Exercise
Give back exactly the lines of the data below, starting with the line that has "Line((22, 19.9), (22, 10.9))" and going on through the line that has "# FreeCAD 1.0 macro for this part".

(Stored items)
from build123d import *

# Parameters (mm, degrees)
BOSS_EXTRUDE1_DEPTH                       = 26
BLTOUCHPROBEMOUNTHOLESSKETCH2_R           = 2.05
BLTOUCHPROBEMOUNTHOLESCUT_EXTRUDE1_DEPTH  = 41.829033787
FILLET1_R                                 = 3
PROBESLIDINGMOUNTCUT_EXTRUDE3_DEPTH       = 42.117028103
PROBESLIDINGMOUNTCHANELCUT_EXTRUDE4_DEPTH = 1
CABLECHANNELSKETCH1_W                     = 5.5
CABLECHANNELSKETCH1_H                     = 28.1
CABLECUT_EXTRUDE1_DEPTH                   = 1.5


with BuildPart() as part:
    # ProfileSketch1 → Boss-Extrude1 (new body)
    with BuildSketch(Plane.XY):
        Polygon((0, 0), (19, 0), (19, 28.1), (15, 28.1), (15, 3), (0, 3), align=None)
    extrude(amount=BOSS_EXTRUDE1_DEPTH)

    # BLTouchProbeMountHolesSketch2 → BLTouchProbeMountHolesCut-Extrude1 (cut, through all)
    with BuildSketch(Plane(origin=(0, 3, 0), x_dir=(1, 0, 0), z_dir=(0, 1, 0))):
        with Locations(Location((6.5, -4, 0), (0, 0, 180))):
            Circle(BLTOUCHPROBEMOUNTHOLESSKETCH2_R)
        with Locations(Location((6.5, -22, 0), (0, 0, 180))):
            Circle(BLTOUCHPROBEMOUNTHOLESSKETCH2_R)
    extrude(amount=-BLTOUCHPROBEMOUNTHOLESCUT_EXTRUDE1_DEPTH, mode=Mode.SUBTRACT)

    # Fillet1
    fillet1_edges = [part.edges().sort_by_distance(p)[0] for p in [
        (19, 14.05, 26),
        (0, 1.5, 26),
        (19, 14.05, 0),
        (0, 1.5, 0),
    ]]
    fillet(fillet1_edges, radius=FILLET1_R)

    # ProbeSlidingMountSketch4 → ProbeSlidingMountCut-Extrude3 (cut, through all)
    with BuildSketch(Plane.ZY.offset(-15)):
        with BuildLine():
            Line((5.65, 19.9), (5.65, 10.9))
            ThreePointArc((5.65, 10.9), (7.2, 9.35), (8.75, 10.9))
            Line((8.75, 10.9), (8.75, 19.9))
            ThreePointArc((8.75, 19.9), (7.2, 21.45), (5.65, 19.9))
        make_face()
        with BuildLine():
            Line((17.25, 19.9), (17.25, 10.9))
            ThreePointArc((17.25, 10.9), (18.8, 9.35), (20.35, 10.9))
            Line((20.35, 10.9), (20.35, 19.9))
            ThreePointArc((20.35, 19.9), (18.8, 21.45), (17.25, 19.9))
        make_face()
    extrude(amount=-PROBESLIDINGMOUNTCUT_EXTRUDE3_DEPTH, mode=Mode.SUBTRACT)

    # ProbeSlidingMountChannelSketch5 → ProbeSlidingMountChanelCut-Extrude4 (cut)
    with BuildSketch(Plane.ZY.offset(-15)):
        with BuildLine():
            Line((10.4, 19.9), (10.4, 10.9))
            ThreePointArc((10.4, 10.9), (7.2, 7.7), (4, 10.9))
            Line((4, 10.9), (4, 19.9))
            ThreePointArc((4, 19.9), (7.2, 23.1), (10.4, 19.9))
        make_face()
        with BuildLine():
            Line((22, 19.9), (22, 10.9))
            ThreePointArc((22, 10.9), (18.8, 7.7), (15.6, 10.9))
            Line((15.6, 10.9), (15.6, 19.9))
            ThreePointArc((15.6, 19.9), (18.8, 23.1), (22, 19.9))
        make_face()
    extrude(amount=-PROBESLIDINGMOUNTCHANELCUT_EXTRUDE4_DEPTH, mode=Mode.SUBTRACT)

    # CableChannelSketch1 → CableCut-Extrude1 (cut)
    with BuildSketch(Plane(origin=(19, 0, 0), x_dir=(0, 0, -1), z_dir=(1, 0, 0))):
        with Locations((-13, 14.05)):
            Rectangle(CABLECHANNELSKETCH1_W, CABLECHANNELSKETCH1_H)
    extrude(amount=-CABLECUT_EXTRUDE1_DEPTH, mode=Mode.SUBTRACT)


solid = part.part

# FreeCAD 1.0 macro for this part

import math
import FreeCAD as App
import Part
import Sketcher
from FreeCAD import Vector


def edges_at(feature, points):
    """Names of the edges that pass closest to the given points."""
    edges = feature.Shape.Edges
    near = lambda p: min(range(len(edges)), key=lambda i: edges[i].distToShape(Part.Vertex(*p))[0])
    return sorted({f"Edge{near(p) + 1}" for p in points})

doc = App.newDocument("Part")
params = doc.addObject("Spreadsheet::Sheet", "Params")
for row, (alias, value) in enumerate([
    ("sketch1_width", "19 mm"),
    ("sketch1_width2", "4 mm"),
    ("sketch1_height", "3 mm"),
    ("sketch1_height2", "28.1 mm"),
    ("pad1_length", "26 mm"),
    ("sketch2_diameter", "4.1 mm"),
    ("fillet_radius", "3 mm"),
    ("sketch3_width", "9 mm"),
    ("sketch3_radius", "1.55 mm"),
    ("sketch4_radius", "3.2 mm"),
    ("sketch4_width", "9 mm"),
    ("pocket3_length", "1 mm"),
    ("sketch5_width", "28.1 mm"),
    ("sketch5_height", "5.5 mm"),
    ("pocket4_length", "1.5 mm"),
], start=1):
    params.set(f"A{row}", alias)
    params.set(f"B{row}", "=" + value)
    params.setAlias(f"B{row}", alias)

body = doc.addObject("PartDesign::Body", "Body")

sketch1 = body.newObject("Sketcher::SketchObject", "Sketch")
sketch1.AttachmentSupport = (doc.getObject("XY_Plane"), [""])
sketch1.MapMode = "FlatFace"
sketch1.addGeometry(Part.LineSegment(Vector(0, 0, 0), Vector(19, 0, 0)), False)
sketch1.addGeometry(Part.LineSegment(Vector(19, 0, 0), Vector(19, 28.1, 0)), False)
sketch1.addGeometry(Part.LineSegment(Vector(19, 28.1, 0), Vector(15, 28.1, 0)), False)
sketch1.addGeometry(Part.LineSegment(Vector(15, 28.1, 0), Vector(15, 3, 0)), False)
sketch1.addGeometry(Part.LineSegment(Vector(15, 3, 0), Vector(0, 3, 0)), False)
sketch1.addGeometry(Part.LineSegment(Vector(0, 3, 0), Vector(0, 0, 0)), False)
sketch1.addConstraint(Sketcher.Constraint("Coincident", 0, 2, 1, 1))
sketch1.addConstraint(Sketcher.Constraint("Coincident", 1, 2, 2, 1))
sketch1.addConstraint(Sketcher.Constraint("Coincident", 2, 2, 3, 1))
sketch1.addConstraint(Sketcher.Constraint("Coincident", 3, 2, 4, 1))
sketch1.addConstraint(Sketcher.Constraint("Coincident", 4, 2, 5, 1))
sketch1.addConstraint(Sketcher.Constraint("Coincident", 5, 2, 0, 1))
sketch1.addConstraint(Sketcher.Constraint("Horizontal", 0))
sketch1.addConstraint(Sketcher.Constraint("Vertical", 1))
sketch1.addConstraint(Sketcher.Constraint("Horizontal", 2))
sketch1.addConstraint(Sketcher.Constraint("Vertical", 3))
sketch1.addConstraint(Sketcher.Constraint("Horizontal", 4))
sketch1.addConstraint(Sketcher.Constraint("Vertical", 5))
sketch1.addConstraint(Sketcher.Constraint("Coincident", 5, 2, -1, 1))
sketch1.addConstraint(Sketcher.Constraint("DistanceX", 0, 1, 0, 2, 19.0))
sketch1.addConstraint(Sketcher.Constraint("DistanceX", 2, 2, 2, 1, 4.0))
sketch1.addConstraint(Sketcher.Constraint("DistanceY", 5, 2, 5, 1, 3.0))
sketch1.addConstraint(Sketcher.Constraint("DistanceY", 1, 1, 1, 2, 28.1))
sketch1.setExpression("Constraints[13]", "Params.sketch1_width")
sketch1.setExpression("Constraints[14]", "Params.sketch1_width2")
sketch1.setExpression("Constraints[15]", "Params.sketch1_height")
sketch1.setExpression("Constraints[16]", "Params.sketch1_height2")
pad1 = body.newObject("PartDesign::Pad", "Pad")
pad1.Profile = sketch1
pad1.setExpression("Length", "Params.pad1_length")

sketch2 = body.newObject("Sketcher::SketchObject", "Sketch001")
sketch2.AttachmentSupport = (doc.getObject("XZ_Plane"), [""])
sketch2.MapMode = "FlatFace"
sketch2.AttachmentOffset = App.Placement(Vector(0, 0, -3), App.Rotation())
sketch2.addGeometry(Part.Circle(Vector(6.5, 4, 0), Vector(0, 0, 1), 2.05), False)
sketch2.addGeometry(Part.Circle(Vector(6.5, 22, 0), Vector(0, 0, 1), 2.05), False)
sketch2.addConstraint(Sketcher.Constraint("Equal", 0, 1))
sketch2.addConstraint(Sketcher.Constraint("Vertical", 0, 3, 1, 3))
sketch2.addConstraint(Sketcher.Constraint("Diameter", 0, 4.1))
sketch2.addConstraint(Sketcher.Constraint("DistanceY", -1, 1, 0, 3, 4.0))
sketch2.addConstraint(Sketcher.Constraint("DistanceY", -1, 1, 1, 3, 22.0))
sketch2.addConstraint(Sketcher.Constraint("DistanceX", -1, 1, 0, 3, 6.5))
sketch2.setExpression("Constraints[2]", "Params.sketch2_diameter")
pocket1 = body.newObject("PartDesign::Pocket", "Pocket")
pocket1.Profile = sketch2
pocket1.Type = "ThroughAll"
pocket1.Reversed = True
doc.recompute()

fillet = body.newObject("PartDesign::Fillet", "Fillet")
fillet.Base = (pocket1, edges_at(pocket1, [
    (19, 14.05, 26),
    (0, 1.5, 26),
    (19, 14.05, 0),
    (0, 1.5, 0),
]))
fillet.setExpression("Radius", "Params.fillet_radius")

sketch3 = body.newObject("Sketcher::SketchObject", "Sketch002")
sketch3.AttachmentSupport = (doc.getObject("YZ_Plane"), [""])
sketch3.MapMode = "FlatFace"
sketch3.AttachmentOffset = App.Placement(Vector(0, 0, 15), App.Rotation())
sketch3.addGeometry(Part.LineSegment(Vector(19.9, 5.65, 0), Vector(10.9, 5.65, 0)), False)
sketch3.addGeometry(Part.ArcOfCircle(Part.Circle(Vector(10.9, 7.2, 0), Vector(0, 0, 1), 1.55), math.radians(90), math.radians(270)), False)
sketch3.addGeometry(Part.LineSegment(Vector(10.9, 8.75, 0), Vector(19.9, 8.75, 0)), False)
sketch3.addGeometry(Part.ArcOfCircle(Part.Circle(Vector(19.9, 7.2, 0), Vector(0, 0, 1), 1.55), math.radians(-90), math.radians(90)), False)
sketch3.addGeometry(Part.LineSegment(Vector(19.9, 17.25, 0), Vector(10.9, 17.25, 0)), False)
sketch3.addGeometry(Part.ArcOfCircle(Part.Circle(Vector(10.9, 18.8, 0), Vector(0, 0, 1), 1.55), math.radians(90), math.radians(270)), False)
sketch3.addGeometry(Part.LineSegment(Vector(10.9, 20.35, 0), Vector(19.9, 20.35, 0)), False)
sketch3.addGeometry(Part.ArcOfCircle(Part.Circle(Vector(19.9, 18.8, 0), Vector(0, 0, 1), 1.55), math.radians(-90), math.radians(90)), False)
sketch3.addConstraint(Sketcher.Constraint("Tangent", 0, 2, 1, 2))
sketch3.addConstraint(Sketcher.Constraint("Tangent", 1, 1, 2, 1))
sketch3.addConstraint(Sketcher.Constraint("Tangent", 2, 2, 3, 2))
sketch3.addConstraint(Sketcher.Constraint("Tangent", 3, 1, 0, 1))
sketch3.addConstraint(Sketcher.Constraint("Tangent", 4, 2, 5, 2))
sketch3.addConstraint(Sketcher.Constraint("Tangent", 5, 1, 6, 1))
sketch3.addConstraint(Sketcher.Constraint("Tangent", 6, 2, 7, 2))
sketch3.addConstraint(Sketcher.Constraint("Tangent", 7, 1, 4, 1))
sketch3.addConstraint(Sketcher.Constraint("Horizontal", 0))
sketch3.addConstraint(Sketcher.Constraint("Horizontal", 2))
sketch3.addConstraint(Sketcher.Constraint("Horizontal", 4))
sketch3.addConstraint(Sketcher.Constraint("Horizontal", 6))
sketch3.addConstraint(Sketcher.Constraint("Equal", 3, 5))
sketch3.addConstraint(Sketcher.Constraint("Vertical", 1, 3, 5, 3))
sketch3.addConstraint(Sketcher.Constraint("Vertical", 3, 3, 7, 3))
sketch3.addConstraint(Sketcher.Constraint("DistanceX", 0, 2, 0, 1, 9.0))
sketch3.addConstraint(Sketcher.Constraint("Radius", 1, 1.55))
sketch3.addConstraint(Sketcher.Constraint("DistanceX", -1, 1, 1, 3, 10.9))
sketch3.addConstraint(Sketcher.Constraint("DistanceY", -1, 1, 1, 3, 7.2))
sketch3.addConstraint(Sketcher.Constraint("DistanceY", -1, 1, 5, 3, 18.8))
sketch3.setExpression("Constraints[15]", "Params.sketch3_width")
sketch3.setExpression("Constraints[16]", "Params.sketch3_radius")
pocket2 = body.newObject("PartDesign::Pocket", "Pocket001")
pocket2.Profile = sketch3
pocket2.Type = "ThroughAll"
pocket2.Reversed = True

sketch4 = body.newObject("Sketcher::SketchObject", "Sketch003")
sketch4.AttachmentSupport = (doc.getObject("YZ_Plane"), [""])
sketch4.MapMode = "FlatFace"
sketch4.AttachmentOffset = App.Placement(Vector(0, 0, 15), App.Rotation())
sketch4.addGeometry(Part.LineSegment(Vector(10.9, 10.4, 0), Vector(19.9, 10.4, 0)), False)
sketch4.addGeometry(Part.ArcOfCircle(Part.Circle(Vector(19.9, 7.2, 0), Vector(0, 0, 1), 3.2), math.radians(-90), math.radians(90)), False)
sketch4.addGeometry(Part.LineSegment(Vector(19.9, 4, 0), Vector(10.9, 4, 0)), False)
sketch4.addGeometry(Part.ArcOfCircle(Part.Circle(Vector(10.9, 7.2, 0), Vector(0, 0, 1), 3.2), math.radians(90), math.radians(270)), False)
sketch4.addGeometry(Part.LineSegment(Vector(10.9, 22, 0), Vector(19.9, 22, 0)), False)
sketch4.addGeometry(Part.ArcOfCircle(Part.Circle(Vector(19.9, 18.8, 0), Vector(0, 0, 1), 3.2), math.radians(-90), math.radians(90)), False)
sketch4.addGeometry(Part.LineSegment(Vector(19.9, 15.6, 0), Vector(10.9, 15.6, 0)), False)
sketch4.addGeometry(Part.ArcOfCircle(Part.Circle(Vector(10.9, 18.8, 0), Vector(0, 0, 1), 3.2), math.radians(90), math.radians(270)), False)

Written solution
            Line((22, 19.9), (22, 10.9))
            ThreePointArc((22, 10.9), (18.8, 7.7), (15.6, 10.9))
            Line((15.6, 10.9), (15.6, 19.9))
            ThreePointArc((15.6, 19.9), (18.8, 23.1), (22, 19.9))
        make_face()
    extrude(amount=-PROBESLIDINGMOUNTCHANELCUT_EXTRUDE4_DEPTH, mode=Mode.SUBTRACT)

    # CableChannelSketch1 → CableCut-Extrude1 (cut)
    with BuildSketch(Plane(origin=(19, 0, 0), x_dir=(0, 0, -1), z_dir=(1, 0, 0))):
        with Locations((-13, 14.05)):
            Rectangle(CABLECHANNELSKETCH1_W, CABLECHANNELSKETCH1_H)
    extrude(amount=-CABLECUT_EXTRUDE1_DEPTH, mode=Mode.SUBTRACT)


solid = part.part

# FreeCAD 1.0 macro for this part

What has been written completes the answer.